■ WHAT THE EXERCISE ASKS
Among the lines below, copy exactly those from the one with "f 56 102 99" through the one with "f 87 85 278", counting both ends.
══════════
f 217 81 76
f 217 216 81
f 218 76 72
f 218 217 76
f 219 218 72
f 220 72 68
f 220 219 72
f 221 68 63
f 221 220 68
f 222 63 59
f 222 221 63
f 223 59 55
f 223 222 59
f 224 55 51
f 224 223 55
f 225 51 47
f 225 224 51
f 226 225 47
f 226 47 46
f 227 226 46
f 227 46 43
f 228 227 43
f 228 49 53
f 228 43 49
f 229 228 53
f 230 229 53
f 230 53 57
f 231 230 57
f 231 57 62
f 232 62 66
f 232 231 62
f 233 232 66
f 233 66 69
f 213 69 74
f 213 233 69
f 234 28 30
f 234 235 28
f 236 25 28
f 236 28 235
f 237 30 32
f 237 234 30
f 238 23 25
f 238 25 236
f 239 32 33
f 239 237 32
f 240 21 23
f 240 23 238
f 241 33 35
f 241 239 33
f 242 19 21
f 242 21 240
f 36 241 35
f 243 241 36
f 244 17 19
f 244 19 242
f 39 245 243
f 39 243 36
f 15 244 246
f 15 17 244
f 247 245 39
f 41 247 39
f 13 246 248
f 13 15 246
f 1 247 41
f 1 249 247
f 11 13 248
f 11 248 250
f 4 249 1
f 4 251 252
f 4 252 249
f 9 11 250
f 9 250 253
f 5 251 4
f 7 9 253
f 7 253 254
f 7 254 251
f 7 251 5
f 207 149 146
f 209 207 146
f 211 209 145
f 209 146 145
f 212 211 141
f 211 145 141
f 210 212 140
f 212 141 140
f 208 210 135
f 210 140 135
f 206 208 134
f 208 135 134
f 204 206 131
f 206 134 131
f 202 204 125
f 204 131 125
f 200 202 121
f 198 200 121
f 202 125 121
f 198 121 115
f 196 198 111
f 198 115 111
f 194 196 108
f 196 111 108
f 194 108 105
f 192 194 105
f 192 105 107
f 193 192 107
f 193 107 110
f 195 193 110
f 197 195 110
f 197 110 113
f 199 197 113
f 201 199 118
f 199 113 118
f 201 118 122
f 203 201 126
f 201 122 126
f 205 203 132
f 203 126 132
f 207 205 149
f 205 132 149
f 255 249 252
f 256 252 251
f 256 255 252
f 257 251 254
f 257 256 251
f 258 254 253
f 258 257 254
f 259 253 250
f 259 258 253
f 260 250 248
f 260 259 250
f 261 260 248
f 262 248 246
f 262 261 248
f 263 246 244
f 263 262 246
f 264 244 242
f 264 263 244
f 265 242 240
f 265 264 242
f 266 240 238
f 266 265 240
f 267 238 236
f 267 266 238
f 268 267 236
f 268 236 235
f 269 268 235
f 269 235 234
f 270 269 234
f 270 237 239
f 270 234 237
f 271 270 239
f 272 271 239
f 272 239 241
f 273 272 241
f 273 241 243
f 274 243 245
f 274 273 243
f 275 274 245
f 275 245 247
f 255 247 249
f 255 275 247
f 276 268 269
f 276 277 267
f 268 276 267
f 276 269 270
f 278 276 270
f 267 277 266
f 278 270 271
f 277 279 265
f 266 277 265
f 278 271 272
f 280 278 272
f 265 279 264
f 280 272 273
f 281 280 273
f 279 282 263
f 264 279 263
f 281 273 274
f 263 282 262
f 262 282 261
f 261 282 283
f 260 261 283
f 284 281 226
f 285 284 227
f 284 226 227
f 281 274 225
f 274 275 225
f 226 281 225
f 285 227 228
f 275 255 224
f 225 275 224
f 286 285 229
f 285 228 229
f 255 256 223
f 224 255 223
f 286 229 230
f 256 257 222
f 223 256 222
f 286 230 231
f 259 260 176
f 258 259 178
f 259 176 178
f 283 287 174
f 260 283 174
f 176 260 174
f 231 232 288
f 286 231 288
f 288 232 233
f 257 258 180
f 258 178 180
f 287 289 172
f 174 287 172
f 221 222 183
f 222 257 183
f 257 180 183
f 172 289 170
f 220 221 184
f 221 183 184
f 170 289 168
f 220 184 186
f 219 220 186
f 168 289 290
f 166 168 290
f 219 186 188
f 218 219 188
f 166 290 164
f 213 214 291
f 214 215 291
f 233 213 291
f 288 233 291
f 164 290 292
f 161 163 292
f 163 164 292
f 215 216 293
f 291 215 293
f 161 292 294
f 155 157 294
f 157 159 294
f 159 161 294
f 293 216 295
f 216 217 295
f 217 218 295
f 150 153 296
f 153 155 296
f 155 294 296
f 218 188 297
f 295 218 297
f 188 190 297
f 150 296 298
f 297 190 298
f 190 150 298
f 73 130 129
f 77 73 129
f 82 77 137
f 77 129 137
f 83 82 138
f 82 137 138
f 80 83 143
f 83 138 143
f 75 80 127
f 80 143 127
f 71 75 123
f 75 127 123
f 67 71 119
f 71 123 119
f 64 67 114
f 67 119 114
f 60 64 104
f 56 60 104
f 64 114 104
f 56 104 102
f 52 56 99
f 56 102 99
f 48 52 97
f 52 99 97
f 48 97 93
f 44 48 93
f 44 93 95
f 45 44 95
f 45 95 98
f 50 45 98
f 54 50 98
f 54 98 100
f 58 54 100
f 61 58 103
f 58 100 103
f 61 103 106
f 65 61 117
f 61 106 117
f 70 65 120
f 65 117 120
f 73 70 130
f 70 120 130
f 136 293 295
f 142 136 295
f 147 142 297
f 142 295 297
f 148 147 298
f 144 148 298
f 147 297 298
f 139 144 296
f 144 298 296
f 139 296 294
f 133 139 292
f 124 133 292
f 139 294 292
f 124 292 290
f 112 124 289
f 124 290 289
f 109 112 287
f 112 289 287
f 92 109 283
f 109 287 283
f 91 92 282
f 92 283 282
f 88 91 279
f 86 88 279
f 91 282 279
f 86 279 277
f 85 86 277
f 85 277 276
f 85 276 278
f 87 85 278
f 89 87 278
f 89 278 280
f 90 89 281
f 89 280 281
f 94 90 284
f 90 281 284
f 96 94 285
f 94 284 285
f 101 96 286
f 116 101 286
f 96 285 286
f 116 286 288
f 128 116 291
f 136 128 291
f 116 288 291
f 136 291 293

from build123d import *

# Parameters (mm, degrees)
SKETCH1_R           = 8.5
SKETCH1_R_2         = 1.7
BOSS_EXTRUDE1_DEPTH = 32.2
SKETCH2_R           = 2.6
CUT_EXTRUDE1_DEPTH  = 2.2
══════════
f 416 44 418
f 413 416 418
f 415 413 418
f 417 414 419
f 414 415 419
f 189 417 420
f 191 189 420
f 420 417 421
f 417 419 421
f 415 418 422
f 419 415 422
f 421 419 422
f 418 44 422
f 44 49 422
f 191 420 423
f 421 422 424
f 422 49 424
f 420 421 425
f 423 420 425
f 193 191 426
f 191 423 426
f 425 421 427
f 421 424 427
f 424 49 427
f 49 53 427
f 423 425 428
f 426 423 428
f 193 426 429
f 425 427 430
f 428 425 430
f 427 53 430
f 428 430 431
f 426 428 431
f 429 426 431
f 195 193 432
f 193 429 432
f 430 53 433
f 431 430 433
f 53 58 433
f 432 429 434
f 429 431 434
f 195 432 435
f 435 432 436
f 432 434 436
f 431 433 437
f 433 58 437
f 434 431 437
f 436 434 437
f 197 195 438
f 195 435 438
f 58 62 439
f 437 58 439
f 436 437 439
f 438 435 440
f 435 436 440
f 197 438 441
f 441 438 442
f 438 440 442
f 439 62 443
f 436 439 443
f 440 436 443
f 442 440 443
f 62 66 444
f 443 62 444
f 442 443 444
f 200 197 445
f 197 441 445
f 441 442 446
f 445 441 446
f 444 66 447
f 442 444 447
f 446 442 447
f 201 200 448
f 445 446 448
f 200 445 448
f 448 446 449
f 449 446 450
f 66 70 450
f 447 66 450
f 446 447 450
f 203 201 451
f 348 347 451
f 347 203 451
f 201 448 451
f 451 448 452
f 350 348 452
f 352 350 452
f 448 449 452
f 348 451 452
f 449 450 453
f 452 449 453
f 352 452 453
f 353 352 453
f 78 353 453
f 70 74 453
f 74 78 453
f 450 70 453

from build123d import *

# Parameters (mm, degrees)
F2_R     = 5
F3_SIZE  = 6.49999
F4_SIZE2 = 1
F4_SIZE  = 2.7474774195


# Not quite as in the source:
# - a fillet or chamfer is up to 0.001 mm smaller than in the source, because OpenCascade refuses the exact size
══════════
■ YOUR RESPONSE
f 56 102 99
f 48 52 97
f 52 99 97
f 48 97 93
f 44 48 93
f 44 93 95
f 45 44 95
f 45 95 98
f 50 45 98
f 54 50 98
f 54 98 100
f 58 54 100
f 61 58 103
f 58 100 103
f 61 103 106
f 65 61 117
f 61 106 117
f 70 65 120
f 65 117 120
f 73 70 130
f 70 120 130
f 136 293 295
f 142 136 295
f 147 142 297
f 142 295 297
f 148 147 298
f 144 148 298
f 147 297 298
f 139 144 296
f 144 298 296
f 139 296 294
f 133 139 292
f 124 133 292
f 139 294 292
f 124 292 290
f 112 124 289
f 124 290 289
f 109 112 287
f 112 289 287
f 92 109 283
f 109 287 283
f 91 92 282
f 92 283 282
f 88 91 279
f 86 88 279
f 91 282 279
f 86 279 277
f 85 86 277
f 85 277 276
f 85 276 278
f 87 85 278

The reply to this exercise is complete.